# Piecewise functions

1. Sep 27, 2009

### fghtffyrdmns

1. The problem statement, all variables and given/known data
We started piecewise functions in calculus and I'm finding it rather difficult. This question has had me stumped for a while. I'm quite well at finding domain and range, however :).

For what value of k is the following a continuous function

2. Relevant equations

$$f(x)= \frac {x-2}{\sqrt {7x+2} -\sqrt{6x+4}}$$ $$if x \geq {\frac{-2}{7}} and x \neq 2$$
f(x) = k, if x=2

I hope this makes sense.
3. The attempt at a solution

The problem I am having is how I can find k - the constanst. I can't $$\frac {x-2}{\sqrt {7x+2} -\sqrt{6x+4}} = k$$ since k cannot equal to 2.

2. Sep 27, 2009

### Bohrok

You want to cancel out or get rid of the denominator and rewrite the expression in a way where you don't get undefined when x=2. Try multiplying by the conjugate of the denominator.

3. Sep 27, 2009

### fghtffyrdmns

I was thinking of just rationalizing it. But what do I do with the k then?

4. Sep 27, 2009

### Bohrok

If you graph f(x) on a graphing calculator, you would see that the graph clearly approaches a value as x gets close to 2. That is because when you plug x=2 into the function, you get 0/0 which usually, but not always, means that the function actually approaches a value as x gets close to the value that it can't be, the one that makes the function undefined. Once you find the value k that f(x) gets close to as x approaches 2, that will be the value to make the function continuous.

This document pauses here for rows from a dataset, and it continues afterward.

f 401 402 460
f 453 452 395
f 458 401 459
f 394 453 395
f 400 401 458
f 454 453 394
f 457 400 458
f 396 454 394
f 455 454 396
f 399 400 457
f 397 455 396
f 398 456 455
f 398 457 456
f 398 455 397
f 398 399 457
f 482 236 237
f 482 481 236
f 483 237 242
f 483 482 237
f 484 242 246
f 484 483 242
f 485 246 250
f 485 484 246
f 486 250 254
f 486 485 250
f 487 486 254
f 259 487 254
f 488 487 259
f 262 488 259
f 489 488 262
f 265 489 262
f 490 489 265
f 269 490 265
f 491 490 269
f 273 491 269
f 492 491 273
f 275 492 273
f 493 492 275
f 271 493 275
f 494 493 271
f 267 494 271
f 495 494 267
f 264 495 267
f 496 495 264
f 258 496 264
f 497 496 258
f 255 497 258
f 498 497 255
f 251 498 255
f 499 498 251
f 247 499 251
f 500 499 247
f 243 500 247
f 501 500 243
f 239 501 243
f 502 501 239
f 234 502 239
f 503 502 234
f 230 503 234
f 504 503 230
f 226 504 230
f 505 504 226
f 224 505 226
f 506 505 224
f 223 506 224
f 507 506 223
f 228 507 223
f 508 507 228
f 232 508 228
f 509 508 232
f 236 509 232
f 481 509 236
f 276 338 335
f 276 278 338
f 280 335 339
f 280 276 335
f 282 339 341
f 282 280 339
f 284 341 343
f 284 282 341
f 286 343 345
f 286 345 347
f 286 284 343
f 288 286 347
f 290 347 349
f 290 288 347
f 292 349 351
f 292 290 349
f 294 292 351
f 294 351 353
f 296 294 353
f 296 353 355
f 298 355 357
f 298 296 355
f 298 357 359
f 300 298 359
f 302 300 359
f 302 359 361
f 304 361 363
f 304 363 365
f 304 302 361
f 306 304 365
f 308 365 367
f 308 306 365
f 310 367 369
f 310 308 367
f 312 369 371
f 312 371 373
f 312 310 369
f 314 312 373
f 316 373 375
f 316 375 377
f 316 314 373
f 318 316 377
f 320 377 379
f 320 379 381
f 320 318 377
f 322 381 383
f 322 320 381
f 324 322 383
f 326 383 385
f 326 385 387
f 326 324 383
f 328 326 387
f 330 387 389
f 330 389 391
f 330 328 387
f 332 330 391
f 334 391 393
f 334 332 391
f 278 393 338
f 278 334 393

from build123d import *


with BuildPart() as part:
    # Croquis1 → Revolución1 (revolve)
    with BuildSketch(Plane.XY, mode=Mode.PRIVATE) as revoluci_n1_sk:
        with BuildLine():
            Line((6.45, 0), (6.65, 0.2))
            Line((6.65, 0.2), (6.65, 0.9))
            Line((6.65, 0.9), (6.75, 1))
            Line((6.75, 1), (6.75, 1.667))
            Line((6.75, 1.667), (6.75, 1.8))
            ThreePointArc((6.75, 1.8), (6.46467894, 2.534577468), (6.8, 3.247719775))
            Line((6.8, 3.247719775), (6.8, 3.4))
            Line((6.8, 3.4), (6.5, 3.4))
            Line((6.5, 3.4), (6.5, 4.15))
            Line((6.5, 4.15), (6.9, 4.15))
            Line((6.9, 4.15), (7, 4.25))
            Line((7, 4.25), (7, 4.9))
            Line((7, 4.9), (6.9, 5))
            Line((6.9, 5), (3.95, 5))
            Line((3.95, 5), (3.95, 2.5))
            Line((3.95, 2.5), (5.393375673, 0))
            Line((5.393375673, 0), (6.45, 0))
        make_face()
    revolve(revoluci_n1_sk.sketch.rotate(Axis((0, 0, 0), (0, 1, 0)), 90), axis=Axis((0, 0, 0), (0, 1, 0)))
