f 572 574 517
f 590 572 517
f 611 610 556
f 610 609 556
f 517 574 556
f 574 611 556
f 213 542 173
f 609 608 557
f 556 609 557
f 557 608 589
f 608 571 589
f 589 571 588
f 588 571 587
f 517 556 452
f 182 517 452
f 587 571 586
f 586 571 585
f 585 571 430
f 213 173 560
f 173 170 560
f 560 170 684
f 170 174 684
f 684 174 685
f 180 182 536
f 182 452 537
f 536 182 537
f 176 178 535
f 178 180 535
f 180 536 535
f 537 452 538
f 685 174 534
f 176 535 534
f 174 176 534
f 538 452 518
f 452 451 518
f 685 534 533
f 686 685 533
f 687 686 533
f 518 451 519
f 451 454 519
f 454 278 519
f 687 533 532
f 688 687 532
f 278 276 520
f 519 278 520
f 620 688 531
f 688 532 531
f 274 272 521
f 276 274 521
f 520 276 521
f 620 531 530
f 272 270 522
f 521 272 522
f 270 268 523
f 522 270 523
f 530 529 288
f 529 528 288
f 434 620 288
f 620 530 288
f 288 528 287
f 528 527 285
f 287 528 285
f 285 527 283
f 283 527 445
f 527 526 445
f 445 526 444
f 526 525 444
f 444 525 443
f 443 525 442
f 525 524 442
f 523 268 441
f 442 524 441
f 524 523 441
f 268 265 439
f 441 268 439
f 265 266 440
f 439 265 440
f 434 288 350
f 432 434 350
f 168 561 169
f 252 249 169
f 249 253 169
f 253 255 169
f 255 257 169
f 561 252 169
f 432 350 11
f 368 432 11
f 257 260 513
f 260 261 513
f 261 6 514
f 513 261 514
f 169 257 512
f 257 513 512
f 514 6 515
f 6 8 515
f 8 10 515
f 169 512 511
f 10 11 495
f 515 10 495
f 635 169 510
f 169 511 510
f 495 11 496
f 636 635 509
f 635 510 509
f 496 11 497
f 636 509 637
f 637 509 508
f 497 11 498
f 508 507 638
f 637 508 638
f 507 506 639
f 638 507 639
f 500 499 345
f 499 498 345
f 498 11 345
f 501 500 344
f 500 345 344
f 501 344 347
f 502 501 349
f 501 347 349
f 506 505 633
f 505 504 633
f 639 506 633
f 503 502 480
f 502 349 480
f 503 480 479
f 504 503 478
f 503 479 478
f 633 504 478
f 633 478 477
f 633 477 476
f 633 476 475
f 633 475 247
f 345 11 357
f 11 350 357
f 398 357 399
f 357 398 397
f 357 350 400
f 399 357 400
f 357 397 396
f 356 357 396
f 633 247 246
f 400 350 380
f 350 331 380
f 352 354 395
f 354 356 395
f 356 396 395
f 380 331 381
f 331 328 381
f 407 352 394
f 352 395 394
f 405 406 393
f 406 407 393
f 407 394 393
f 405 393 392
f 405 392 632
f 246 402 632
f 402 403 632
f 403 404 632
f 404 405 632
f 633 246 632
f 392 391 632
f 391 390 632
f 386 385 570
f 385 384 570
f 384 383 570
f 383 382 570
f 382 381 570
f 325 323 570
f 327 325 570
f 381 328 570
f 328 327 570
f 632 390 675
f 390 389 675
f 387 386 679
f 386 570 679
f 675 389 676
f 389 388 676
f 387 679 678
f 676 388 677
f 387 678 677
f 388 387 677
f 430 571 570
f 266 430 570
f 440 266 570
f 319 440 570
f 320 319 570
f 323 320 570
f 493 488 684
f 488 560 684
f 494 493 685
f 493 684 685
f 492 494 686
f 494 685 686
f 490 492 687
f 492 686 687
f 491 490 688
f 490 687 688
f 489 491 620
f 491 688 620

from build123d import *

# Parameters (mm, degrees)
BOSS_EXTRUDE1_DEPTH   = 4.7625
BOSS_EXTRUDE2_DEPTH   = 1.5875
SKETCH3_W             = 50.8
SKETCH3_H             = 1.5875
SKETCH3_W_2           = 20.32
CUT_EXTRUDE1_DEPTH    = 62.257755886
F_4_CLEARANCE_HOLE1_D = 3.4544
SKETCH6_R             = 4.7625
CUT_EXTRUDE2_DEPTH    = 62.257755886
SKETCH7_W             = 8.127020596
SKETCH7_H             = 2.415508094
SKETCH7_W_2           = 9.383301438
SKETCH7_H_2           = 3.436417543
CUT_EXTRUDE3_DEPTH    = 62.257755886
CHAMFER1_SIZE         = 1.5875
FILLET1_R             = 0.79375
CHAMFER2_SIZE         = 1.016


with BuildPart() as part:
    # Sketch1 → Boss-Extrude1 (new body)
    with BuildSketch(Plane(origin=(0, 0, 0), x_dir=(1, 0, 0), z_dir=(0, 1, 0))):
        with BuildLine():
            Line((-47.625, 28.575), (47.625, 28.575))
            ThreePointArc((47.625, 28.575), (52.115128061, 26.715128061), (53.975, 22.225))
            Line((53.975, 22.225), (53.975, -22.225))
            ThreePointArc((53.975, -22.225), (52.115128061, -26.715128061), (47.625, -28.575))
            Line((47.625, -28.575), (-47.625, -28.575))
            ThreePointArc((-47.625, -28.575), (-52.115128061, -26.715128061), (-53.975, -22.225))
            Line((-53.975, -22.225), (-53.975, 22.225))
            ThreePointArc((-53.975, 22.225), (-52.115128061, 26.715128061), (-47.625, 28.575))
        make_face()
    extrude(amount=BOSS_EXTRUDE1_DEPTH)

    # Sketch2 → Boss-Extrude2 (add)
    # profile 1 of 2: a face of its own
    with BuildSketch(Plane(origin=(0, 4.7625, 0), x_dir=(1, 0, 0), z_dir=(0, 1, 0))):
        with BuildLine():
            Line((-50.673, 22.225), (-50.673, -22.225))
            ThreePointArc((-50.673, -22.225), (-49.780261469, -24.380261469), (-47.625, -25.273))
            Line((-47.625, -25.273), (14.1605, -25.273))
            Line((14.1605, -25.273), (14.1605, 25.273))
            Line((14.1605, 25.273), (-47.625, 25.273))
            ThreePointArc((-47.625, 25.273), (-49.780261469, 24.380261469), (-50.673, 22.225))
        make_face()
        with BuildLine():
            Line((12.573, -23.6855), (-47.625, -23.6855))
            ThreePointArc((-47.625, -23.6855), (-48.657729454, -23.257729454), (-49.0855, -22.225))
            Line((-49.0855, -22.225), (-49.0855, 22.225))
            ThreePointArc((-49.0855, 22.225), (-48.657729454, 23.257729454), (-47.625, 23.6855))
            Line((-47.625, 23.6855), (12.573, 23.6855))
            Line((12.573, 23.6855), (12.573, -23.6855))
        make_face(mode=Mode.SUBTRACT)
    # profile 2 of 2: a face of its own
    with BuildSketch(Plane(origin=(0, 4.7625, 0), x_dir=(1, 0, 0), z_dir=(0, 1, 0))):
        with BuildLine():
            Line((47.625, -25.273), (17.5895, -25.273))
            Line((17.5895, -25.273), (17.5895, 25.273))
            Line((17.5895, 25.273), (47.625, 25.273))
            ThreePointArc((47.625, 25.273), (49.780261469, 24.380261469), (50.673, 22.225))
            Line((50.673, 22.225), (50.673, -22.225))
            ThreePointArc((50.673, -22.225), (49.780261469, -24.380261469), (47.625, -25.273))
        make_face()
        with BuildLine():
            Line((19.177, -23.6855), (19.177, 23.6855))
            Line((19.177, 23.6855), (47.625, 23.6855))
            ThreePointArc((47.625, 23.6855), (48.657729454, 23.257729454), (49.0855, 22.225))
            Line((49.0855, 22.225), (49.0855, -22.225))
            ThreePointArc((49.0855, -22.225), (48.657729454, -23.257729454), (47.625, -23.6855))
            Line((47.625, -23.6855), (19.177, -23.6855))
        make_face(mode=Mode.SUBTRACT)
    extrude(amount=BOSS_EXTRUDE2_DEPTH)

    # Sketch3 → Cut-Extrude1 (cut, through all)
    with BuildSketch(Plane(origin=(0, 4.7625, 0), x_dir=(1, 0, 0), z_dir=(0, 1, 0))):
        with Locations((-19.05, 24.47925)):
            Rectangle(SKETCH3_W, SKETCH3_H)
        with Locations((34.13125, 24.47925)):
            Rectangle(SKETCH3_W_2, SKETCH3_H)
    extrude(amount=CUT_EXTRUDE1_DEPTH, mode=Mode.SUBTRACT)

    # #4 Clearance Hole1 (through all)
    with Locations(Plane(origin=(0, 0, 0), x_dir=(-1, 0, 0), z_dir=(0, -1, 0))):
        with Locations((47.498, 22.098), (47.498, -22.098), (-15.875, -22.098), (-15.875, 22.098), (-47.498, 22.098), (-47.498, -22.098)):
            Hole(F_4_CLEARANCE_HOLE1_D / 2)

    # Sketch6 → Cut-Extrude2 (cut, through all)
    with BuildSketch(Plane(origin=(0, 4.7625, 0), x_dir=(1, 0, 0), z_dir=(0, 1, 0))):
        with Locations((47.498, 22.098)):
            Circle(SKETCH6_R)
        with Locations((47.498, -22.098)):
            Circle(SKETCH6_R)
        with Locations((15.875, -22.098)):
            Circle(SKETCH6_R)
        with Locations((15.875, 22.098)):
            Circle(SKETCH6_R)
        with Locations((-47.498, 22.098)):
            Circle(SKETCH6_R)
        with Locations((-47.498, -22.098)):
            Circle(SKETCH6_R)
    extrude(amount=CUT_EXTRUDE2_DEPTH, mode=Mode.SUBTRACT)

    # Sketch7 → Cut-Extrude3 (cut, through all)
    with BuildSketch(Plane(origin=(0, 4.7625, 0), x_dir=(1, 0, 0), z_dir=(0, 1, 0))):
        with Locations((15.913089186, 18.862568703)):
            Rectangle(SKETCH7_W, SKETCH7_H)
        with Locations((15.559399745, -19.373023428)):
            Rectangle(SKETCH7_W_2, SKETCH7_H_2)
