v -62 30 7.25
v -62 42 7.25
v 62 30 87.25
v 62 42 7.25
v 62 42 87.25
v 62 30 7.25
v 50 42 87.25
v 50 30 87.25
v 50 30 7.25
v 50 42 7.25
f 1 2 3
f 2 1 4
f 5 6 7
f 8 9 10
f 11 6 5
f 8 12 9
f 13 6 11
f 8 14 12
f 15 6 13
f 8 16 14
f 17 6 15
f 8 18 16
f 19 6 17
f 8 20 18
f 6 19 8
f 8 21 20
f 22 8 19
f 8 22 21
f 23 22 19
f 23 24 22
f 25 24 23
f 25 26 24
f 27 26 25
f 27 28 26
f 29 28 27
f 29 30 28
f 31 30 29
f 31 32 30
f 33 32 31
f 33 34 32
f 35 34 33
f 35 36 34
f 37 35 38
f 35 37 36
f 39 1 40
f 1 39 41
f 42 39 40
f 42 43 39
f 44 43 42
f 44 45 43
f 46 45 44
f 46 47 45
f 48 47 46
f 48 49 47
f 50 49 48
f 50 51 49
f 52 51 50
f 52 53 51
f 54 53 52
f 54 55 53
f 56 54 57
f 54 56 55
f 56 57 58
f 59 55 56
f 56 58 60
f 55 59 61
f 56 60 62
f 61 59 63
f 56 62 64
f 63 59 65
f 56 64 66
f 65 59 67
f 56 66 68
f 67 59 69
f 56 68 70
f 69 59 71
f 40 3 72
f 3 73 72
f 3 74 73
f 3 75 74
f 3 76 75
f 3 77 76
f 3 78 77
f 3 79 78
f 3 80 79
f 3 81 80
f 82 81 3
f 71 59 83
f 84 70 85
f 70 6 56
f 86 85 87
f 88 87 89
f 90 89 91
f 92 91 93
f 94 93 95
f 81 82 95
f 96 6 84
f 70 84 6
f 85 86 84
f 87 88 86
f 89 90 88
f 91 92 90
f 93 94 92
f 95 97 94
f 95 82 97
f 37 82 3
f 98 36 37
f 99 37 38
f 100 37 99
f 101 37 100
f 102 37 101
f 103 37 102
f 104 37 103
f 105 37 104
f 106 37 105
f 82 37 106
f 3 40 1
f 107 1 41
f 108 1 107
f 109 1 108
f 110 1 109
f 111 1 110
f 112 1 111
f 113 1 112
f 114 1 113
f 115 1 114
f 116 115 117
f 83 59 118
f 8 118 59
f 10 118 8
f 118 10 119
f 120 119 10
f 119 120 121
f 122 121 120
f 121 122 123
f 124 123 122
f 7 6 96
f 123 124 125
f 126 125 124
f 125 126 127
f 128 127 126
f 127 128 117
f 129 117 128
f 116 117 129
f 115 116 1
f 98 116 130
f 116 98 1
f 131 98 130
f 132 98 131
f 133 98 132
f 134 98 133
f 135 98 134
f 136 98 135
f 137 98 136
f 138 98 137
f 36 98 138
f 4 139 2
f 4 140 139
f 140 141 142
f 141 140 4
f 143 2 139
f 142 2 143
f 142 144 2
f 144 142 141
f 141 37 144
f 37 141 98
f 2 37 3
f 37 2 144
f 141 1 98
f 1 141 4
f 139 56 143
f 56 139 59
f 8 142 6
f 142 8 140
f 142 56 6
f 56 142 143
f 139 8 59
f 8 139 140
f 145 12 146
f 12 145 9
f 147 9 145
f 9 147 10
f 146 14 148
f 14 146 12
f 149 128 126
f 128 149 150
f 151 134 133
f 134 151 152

Think of x(x-1)/(x-1) which is undefined at x=1 and its graph has a "hole" there. If I do some canceling, I get just x. Then I can let x=1 and see that the graph of x(x-1)/(x-1), which coincides with the graph of x, gets close to 1 as x approaches 1, just like the graph of x when x gets close to 1.

5. Sep 27, 2009

### fghtffyrdmns

So if I rationalize it, to remove the square roots, can I equate the 2? Then use x = -2/7?

6. Sep 27, 2009

### fghtffyrdmns

I rationalized it:

$$\frac {x-2 \sqrt {7x+2} + x-2\sqrt{6x+4}}{x-2}$$

$$\sqrt {7x+2} + x-2\sqrt{6x+4} = k$$

Substituting x=2, I get k=4.

7. Sep 28, 2009

### Bohrok

k isn't 4. After multiplying by the conjugate of the denominator and simplifying, the x-2 should cancel; looks like you didn't distribute correctly.

$$\frac{x - 2}{\sqrt{7x + 2} - \sqrt{6x + 4}} * \frac{\sqrt{7x + 2} + \sqrt{6x + 4}}{\sqrt{7x + 2} + \sqrt{6x + 4}} = \frac{(x - 2)(\sqrt{7x + 2} + \sqrt{6x + 4})}{7x + 2 - (6x + 4)} = \frac{(x - 2)(\sqrt{7x + 2} + \sqrt{6x + 4})}{x - 2}$$

Last edited: Sep 28, 2009
8. Sep 28, 2009

### fghtffyrdmns

Ohhh, you don't multiply the x-2 in to the conjugate? I understand. I got the x-2 on both the top and bottom, but I multiplied through. I see what I did wrong, thank you.